Token / Tokenization

Tokenization is the process of splitting text into smaller units called tokens, which are the basic input elements for language models.

Tokenization is a fundamental preprocessing step in natural language processing (NLP) that converts raw text into a sequence of tokens. Tokens can be words, subwords, characters, or even byte pairs, depending on the tokenization algorithm used. Common methods include Byte-Pair Encoding (BPE), WordPiece, and SentencePiece, each designed to balance vocabulary size and representation efficiency. The choice of tokenizer significantly affects how a model interprets and generates language, as it determines the granularity of linguistic units the model can process.

For example, the sentence “I love AI!” might be tokenized into [“I”, “love”, “AI”, ”!”] by a word-level tokenizer, or into [“I”, “lov”, “e”, “AI”, ”!”] by a subword tokenizer. Subword tokenization is particularly useful for handling out-of-vocabulary words and morphologically rich languages, as it can represent rare or unseen words by combining known subword units. Tokenization also involves assigning each token a unique numerical ID from a predefined vocabulary, which is then fed into the model’s embedding layer.

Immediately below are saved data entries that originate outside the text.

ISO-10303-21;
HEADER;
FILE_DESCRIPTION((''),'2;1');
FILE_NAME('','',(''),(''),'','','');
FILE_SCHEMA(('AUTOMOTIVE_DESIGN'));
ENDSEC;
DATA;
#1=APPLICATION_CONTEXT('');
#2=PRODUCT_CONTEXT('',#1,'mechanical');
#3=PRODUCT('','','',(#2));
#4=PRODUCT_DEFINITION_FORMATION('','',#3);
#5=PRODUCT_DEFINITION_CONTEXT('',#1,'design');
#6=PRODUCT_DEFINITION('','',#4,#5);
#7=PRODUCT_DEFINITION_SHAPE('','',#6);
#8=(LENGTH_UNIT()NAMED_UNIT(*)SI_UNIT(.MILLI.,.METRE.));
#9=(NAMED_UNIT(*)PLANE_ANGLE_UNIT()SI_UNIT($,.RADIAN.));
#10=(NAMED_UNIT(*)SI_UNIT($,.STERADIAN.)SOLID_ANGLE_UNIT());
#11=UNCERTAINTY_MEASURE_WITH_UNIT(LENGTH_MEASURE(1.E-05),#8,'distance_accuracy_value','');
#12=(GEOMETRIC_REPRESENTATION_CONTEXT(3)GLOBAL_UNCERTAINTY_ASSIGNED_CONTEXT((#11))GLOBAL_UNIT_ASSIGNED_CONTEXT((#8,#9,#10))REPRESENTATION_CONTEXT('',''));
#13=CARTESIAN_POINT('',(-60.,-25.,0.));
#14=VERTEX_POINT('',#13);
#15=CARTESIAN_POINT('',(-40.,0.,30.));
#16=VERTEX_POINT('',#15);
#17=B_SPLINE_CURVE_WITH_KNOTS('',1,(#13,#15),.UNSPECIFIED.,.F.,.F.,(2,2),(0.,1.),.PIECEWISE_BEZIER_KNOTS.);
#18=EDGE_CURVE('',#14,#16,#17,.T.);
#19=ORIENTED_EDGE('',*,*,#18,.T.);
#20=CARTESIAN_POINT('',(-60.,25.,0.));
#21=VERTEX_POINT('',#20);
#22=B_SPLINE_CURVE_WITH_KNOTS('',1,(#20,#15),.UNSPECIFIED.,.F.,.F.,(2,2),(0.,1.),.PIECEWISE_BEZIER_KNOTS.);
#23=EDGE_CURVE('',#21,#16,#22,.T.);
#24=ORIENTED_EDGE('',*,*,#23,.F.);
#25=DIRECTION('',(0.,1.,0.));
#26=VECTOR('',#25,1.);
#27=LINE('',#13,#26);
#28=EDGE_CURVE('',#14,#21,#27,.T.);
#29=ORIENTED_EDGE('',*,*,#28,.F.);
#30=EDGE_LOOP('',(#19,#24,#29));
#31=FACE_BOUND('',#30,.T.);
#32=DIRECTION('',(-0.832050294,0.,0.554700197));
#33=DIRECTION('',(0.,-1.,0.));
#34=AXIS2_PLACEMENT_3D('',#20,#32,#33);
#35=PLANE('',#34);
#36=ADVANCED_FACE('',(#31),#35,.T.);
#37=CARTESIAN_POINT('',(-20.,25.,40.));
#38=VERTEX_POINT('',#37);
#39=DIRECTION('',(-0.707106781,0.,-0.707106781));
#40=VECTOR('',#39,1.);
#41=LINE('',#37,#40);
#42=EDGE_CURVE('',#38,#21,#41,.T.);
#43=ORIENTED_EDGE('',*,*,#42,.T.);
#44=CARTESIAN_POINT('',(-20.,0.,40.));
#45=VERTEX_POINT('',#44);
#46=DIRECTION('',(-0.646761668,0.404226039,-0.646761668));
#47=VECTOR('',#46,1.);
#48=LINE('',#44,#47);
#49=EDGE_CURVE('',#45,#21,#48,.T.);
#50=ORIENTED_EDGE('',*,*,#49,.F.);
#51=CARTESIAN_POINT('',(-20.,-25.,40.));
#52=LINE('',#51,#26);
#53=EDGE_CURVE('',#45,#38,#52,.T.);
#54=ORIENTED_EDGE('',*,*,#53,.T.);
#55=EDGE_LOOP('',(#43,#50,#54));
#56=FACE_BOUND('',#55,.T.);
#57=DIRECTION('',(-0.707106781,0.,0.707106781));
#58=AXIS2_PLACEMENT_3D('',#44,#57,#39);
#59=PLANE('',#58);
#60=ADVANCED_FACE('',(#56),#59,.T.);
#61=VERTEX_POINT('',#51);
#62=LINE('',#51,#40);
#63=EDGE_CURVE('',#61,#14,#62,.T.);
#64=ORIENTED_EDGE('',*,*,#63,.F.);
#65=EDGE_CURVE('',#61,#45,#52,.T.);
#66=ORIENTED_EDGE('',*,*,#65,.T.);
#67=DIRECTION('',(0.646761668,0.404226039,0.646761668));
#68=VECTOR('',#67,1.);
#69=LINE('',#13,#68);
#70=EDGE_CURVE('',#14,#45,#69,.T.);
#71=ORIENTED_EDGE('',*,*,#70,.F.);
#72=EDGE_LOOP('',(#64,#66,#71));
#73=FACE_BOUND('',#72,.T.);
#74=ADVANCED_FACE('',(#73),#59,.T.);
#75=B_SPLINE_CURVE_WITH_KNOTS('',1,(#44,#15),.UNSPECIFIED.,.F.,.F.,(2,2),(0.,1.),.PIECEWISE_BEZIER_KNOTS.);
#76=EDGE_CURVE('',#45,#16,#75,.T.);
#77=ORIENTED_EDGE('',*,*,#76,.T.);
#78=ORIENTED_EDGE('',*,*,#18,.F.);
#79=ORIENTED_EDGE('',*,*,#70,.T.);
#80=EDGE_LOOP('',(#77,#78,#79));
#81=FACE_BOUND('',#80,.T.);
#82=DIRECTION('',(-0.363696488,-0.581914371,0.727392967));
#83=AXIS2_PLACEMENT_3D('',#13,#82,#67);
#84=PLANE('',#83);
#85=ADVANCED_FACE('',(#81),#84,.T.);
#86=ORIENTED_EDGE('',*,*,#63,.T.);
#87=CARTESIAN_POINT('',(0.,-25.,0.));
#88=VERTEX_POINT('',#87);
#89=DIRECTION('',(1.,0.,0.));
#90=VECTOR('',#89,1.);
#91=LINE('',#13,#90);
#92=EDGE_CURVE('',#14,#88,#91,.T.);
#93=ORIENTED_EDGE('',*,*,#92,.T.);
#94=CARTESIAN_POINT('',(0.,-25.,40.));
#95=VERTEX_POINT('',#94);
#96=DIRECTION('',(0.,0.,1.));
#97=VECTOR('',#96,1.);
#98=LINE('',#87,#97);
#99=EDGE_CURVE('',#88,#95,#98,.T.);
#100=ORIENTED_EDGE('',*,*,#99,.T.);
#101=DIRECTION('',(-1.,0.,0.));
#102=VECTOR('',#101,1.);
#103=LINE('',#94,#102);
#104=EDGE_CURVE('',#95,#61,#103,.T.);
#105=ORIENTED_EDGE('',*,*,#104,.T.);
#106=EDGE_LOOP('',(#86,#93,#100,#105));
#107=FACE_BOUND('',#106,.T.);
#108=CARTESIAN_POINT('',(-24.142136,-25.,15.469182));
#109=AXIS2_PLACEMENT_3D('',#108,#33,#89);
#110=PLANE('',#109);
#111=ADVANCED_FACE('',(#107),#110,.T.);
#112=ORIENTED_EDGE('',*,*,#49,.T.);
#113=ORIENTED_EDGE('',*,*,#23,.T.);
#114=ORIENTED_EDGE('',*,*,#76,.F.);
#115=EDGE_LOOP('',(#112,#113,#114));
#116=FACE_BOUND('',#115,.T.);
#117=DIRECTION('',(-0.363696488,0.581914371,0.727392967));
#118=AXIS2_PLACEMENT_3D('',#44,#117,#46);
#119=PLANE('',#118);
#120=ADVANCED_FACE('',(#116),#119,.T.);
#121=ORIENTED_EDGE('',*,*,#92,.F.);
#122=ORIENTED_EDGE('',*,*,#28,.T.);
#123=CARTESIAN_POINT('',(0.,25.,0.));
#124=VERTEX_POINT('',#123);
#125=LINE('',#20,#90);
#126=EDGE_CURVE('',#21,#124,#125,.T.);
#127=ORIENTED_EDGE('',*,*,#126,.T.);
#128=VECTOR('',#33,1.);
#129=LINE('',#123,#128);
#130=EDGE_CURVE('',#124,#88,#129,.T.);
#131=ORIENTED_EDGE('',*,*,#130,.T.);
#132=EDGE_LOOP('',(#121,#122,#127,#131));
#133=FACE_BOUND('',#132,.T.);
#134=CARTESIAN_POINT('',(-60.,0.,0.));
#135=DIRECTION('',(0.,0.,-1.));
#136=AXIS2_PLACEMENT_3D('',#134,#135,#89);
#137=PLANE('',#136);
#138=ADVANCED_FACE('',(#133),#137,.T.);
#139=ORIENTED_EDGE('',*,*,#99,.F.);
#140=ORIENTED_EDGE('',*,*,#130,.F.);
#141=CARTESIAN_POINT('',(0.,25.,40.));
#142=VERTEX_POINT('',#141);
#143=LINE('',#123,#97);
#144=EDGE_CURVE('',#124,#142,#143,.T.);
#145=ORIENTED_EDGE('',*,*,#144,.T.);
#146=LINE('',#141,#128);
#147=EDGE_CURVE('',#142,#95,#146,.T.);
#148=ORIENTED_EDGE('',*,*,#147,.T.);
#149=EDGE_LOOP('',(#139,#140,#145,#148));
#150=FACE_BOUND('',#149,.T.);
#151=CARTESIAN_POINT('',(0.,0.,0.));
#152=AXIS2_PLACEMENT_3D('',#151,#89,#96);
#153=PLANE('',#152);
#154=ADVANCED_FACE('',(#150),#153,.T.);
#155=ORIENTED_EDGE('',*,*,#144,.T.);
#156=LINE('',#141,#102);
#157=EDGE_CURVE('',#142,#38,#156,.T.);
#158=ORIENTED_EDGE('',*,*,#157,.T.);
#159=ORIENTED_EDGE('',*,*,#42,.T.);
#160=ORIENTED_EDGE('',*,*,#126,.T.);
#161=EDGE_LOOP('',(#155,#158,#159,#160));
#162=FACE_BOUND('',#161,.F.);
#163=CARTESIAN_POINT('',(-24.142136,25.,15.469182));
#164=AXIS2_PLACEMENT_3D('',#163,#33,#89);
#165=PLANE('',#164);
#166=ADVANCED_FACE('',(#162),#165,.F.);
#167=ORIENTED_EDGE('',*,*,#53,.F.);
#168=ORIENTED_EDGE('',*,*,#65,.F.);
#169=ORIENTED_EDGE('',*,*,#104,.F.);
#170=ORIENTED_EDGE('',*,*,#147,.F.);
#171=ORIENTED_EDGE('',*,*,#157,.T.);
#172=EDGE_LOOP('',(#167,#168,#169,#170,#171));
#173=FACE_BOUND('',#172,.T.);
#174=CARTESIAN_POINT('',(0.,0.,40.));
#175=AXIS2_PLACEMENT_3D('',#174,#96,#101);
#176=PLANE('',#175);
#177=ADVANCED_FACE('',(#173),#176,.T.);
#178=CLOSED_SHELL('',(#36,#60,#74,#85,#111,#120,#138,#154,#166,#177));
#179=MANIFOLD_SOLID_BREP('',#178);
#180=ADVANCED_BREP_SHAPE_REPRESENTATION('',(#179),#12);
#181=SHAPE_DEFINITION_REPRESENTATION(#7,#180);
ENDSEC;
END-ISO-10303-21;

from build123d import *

# Parameters (mm, degrees)
F1_DEPTH      = 25
F1_DEPTH_BACK = 25


with BuildPart() as f1:
    # F0 (on Front) → F1 (new body, two sides)
    with BuildSketch(Plane.XZ) as f1_sk:
        Polygon((-60, 0), (0, 0), (0, 40), (-20, 40), align=None)
    extrude(amount=F1_DEPTH)
    extrude(f1_sk.sketch, amount=-F1_DEPTH_BACK)

    # F2 (on face) → F3 section 0
    with BuildSketch(Plane(origin=(-30, 0, 30), x_dir=(0, -1, 0), z_dir=(-0.707107, 0, 0.707107)), mode=Mode.PRIVATE) as f3_s0:
        Polygon((25, -42.426407), (0, 14.142136), (-25, -42.426407), align=None)
    loft([f3_s0.sketch, Vertex(-40, 0, 30)])


solid = f1.part
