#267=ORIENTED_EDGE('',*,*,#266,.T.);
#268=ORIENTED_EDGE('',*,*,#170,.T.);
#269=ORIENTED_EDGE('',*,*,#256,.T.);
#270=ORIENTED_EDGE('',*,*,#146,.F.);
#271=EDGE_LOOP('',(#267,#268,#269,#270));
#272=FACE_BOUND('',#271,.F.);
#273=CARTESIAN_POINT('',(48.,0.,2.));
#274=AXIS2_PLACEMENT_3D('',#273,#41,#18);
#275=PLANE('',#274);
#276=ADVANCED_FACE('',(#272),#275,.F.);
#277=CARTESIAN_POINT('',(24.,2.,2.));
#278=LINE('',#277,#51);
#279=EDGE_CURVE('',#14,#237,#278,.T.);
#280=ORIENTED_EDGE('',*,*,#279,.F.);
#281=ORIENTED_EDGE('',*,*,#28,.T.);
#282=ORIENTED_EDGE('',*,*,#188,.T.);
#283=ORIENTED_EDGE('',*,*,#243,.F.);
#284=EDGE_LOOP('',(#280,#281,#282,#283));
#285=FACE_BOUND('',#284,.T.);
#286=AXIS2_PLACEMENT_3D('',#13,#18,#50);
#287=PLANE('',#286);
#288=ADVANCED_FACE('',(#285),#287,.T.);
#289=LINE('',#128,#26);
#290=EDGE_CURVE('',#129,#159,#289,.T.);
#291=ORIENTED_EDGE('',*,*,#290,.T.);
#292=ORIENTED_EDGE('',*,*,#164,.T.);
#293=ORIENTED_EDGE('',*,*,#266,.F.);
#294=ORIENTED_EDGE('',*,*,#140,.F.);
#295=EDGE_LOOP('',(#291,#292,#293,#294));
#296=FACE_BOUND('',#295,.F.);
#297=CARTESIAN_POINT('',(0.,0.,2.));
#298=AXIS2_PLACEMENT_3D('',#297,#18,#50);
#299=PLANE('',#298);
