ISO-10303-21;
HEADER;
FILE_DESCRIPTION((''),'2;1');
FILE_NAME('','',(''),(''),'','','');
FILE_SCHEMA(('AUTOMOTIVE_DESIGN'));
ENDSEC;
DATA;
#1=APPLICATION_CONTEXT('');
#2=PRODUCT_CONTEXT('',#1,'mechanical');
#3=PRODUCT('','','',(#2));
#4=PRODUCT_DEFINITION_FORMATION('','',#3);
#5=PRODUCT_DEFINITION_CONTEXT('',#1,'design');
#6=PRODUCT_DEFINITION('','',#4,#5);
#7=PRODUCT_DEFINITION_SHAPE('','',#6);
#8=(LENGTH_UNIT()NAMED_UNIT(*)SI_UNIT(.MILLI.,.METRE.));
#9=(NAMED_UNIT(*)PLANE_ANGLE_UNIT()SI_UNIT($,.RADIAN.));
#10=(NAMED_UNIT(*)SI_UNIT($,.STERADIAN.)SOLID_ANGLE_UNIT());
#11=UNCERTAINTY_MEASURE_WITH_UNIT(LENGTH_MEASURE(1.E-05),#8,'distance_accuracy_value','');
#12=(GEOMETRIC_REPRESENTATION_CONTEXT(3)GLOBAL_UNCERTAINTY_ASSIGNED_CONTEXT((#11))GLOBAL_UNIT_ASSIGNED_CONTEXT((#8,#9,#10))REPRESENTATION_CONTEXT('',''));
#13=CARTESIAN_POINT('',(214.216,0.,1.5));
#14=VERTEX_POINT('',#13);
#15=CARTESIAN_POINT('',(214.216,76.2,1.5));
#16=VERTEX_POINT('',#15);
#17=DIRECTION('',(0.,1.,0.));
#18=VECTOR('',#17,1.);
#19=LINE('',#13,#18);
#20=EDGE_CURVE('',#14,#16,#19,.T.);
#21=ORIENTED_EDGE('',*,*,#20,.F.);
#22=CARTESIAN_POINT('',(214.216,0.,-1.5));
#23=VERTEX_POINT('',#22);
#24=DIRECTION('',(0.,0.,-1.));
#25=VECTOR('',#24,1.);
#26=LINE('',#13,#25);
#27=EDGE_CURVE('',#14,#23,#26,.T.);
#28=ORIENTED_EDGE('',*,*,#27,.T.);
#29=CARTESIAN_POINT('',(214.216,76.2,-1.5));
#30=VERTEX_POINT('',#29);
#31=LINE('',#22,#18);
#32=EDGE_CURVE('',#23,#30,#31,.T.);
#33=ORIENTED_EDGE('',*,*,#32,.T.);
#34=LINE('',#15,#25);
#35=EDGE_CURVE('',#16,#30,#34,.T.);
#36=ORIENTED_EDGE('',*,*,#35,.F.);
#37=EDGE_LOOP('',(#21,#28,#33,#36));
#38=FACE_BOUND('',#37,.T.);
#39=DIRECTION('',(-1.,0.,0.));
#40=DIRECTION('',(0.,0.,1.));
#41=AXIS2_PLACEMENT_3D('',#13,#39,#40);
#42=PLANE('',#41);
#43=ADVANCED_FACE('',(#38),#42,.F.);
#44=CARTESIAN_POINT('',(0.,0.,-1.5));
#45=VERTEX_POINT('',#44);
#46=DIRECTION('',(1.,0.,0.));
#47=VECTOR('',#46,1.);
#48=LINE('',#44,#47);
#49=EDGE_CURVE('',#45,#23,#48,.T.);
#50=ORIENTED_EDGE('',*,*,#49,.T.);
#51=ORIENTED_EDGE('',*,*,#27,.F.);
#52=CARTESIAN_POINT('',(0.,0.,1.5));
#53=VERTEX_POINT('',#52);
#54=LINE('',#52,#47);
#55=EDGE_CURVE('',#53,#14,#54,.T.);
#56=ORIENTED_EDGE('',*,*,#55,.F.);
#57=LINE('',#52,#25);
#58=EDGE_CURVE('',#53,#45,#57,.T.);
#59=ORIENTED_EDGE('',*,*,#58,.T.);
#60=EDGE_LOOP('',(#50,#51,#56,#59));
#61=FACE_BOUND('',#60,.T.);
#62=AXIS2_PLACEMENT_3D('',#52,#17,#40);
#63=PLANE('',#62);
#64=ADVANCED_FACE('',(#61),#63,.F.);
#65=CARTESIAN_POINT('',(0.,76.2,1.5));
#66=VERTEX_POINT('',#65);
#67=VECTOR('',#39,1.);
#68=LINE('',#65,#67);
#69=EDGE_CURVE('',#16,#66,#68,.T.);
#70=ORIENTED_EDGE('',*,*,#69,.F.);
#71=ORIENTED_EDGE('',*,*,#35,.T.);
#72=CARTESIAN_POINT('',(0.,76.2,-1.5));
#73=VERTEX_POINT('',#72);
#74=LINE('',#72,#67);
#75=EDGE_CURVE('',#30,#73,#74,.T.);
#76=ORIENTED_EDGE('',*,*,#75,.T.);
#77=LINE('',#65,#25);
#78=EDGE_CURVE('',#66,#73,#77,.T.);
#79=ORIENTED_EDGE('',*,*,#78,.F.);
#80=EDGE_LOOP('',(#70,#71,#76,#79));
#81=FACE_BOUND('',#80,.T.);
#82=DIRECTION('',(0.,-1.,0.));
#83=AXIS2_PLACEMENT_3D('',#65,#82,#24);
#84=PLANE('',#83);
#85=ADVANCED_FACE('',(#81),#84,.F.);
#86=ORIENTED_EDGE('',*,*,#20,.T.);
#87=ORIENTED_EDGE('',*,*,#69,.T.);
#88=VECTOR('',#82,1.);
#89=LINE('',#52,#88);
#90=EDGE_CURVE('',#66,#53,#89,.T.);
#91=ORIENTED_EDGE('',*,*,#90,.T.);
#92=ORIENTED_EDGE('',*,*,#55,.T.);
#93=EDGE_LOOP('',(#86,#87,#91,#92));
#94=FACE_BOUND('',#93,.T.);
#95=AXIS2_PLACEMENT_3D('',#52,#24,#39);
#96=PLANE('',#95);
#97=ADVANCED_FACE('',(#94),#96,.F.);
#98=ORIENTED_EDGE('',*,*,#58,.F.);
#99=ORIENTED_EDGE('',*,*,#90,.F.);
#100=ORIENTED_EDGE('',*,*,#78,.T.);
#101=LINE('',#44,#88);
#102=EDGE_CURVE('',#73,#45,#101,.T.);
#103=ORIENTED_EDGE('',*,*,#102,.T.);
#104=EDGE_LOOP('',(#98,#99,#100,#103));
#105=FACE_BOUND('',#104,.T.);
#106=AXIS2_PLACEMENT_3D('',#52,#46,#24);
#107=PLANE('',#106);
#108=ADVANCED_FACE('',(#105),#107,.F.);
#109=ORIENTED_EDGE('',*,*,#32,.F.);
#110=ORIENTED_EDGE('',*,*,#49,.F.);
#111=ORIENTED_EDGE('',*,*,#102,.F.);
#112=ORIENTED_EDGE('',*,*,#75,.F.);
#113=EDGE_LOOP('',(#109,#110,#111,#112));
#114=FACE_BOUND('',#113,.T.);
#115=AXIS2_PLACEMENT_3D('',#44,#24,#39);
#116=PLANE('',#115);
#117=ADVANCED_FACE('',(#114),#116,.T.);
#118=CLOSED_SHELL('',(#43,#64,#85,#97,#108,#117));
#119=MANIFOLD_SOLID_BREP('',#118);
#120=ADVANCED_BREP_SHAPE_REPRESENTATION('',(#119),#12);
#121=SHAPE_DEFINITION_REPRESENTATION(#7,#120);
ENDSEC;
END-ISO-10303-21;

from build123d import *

# Parameters (mm, degrees)
SKETCH1_W           = 214.216
SKETCH1_H           = 76.2
BOSS_EXTRUDE1_DEPTH = 1.5


with BuildPart() as part:
    # Sketch1 → Boss-Extrude1 (new body, symmetric)
    with BuildSketch(Plane.XY):
        with Locations((107.108, 38.1)):
            Rectangle(SKETCH1_W, SKETCH1_H)
    extrude(amount=BOSS_EXTRUDE1_DEPTH, both=True)


solid = part.part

Modern large language models (LLMs) like GPT and BERT use subword tokenization to achieve a balance between vocabulary size and coverage. The tokenizer is typically trained on a large corpus to learn the most frequent subword units, and it remains fixed during model training and inference. Understanding tokenization is crucial for debugging model behavior, as token boundaries can affect how the model interprets punctuation, capitalization, and compound words. Additionally, token count directly impacts computational cost, as models have a maximum context window measured in tokens.

Why it matters

Tokenization directly influences model performance, vocabulary size, and computational efficiency. A well-designed tokenizer reduces the number of tokens needed to represent text, enabling longer context windows and faster processing. It also affects how models handle rare words, multilingual text, and domain-specific terminology. Practitioners must consider tokenization when optimizing input length, fine-tuning models, or deploying systems with limited memory, as token count is a key factor in API pricing and latency.

FAQ

How does tokenization work?

Tokenization works by applying a predefined algorithm to split text into tokens. For subword methods like BPE, the algorithm iteratively merges the most frequent character pairs in a training corpus to create a vocabulary of subword units. During inference, the tokenizer matches the input text against this vocabulary, splitting unknown words into smaller known pieces.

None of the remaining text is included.